Available records »
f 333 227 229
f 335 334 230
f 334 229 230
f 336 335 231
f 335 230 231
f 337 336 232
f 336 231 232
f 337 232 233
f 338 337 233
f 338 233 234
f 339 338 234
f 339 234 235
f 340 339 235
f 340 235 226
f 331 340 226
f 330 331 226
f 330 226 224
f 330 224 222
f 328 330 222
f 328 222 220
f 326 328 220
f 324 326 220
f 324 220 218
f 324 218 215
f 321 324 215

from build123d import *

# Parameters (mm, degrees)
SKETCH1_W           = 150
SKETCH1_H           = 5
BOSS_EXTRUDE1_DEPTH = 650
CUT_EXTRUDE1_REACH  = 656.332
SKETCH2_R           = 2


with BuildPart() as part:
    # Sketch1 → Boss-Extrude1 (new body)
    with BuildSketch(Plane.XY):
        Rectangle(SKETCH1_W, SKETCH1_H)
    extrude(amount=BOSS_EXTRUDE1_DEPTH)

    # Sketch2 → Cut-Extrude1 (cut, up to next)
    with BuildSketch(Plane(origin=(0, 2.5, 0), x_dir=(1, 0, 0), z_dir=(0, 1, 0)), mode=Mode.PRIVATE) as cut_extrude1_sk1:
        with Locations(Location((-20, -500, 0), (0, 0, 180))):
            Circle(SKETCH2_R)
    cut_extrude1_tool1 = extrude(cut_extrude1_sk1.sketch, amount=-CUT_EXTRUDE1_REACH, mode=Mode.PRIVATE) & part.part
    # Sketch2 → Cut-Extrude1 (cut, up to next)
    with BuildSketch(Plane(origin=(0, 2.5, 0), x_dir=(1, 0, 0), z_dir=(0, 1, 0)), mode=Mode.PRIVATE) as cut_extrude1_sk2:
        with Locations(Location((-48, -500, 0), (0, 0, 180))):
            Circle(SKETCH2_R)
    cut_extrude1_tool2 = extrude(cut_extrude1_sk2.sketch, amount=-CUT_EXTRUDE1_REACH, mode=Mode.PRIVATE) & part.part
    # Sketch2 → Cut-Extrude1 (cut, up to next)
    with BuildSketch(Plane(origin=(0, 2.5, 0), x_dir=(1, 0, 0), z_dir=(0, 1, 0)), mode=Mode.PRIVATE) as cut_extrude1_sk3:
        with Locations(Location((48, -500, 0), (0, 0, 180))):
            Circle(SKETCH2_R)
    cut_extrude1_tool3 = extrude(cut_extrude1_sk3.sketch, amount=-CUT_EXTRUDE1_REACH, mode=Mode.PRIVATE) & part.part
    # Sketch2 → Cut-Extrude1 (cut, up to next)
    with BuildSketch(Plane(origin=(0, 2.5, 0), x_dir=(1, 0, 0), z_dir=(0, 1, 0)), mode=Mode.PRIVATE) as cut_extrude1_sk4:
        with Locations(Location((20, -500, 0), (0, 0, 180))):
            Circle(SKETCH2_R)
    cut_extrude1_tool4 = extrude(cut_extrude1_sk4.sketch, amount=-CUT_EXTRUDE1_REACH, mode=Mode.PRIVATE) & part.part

What to produce » Looking at the records, report the number of lines that hold the string "amount", with no other text.

Exercise result » 5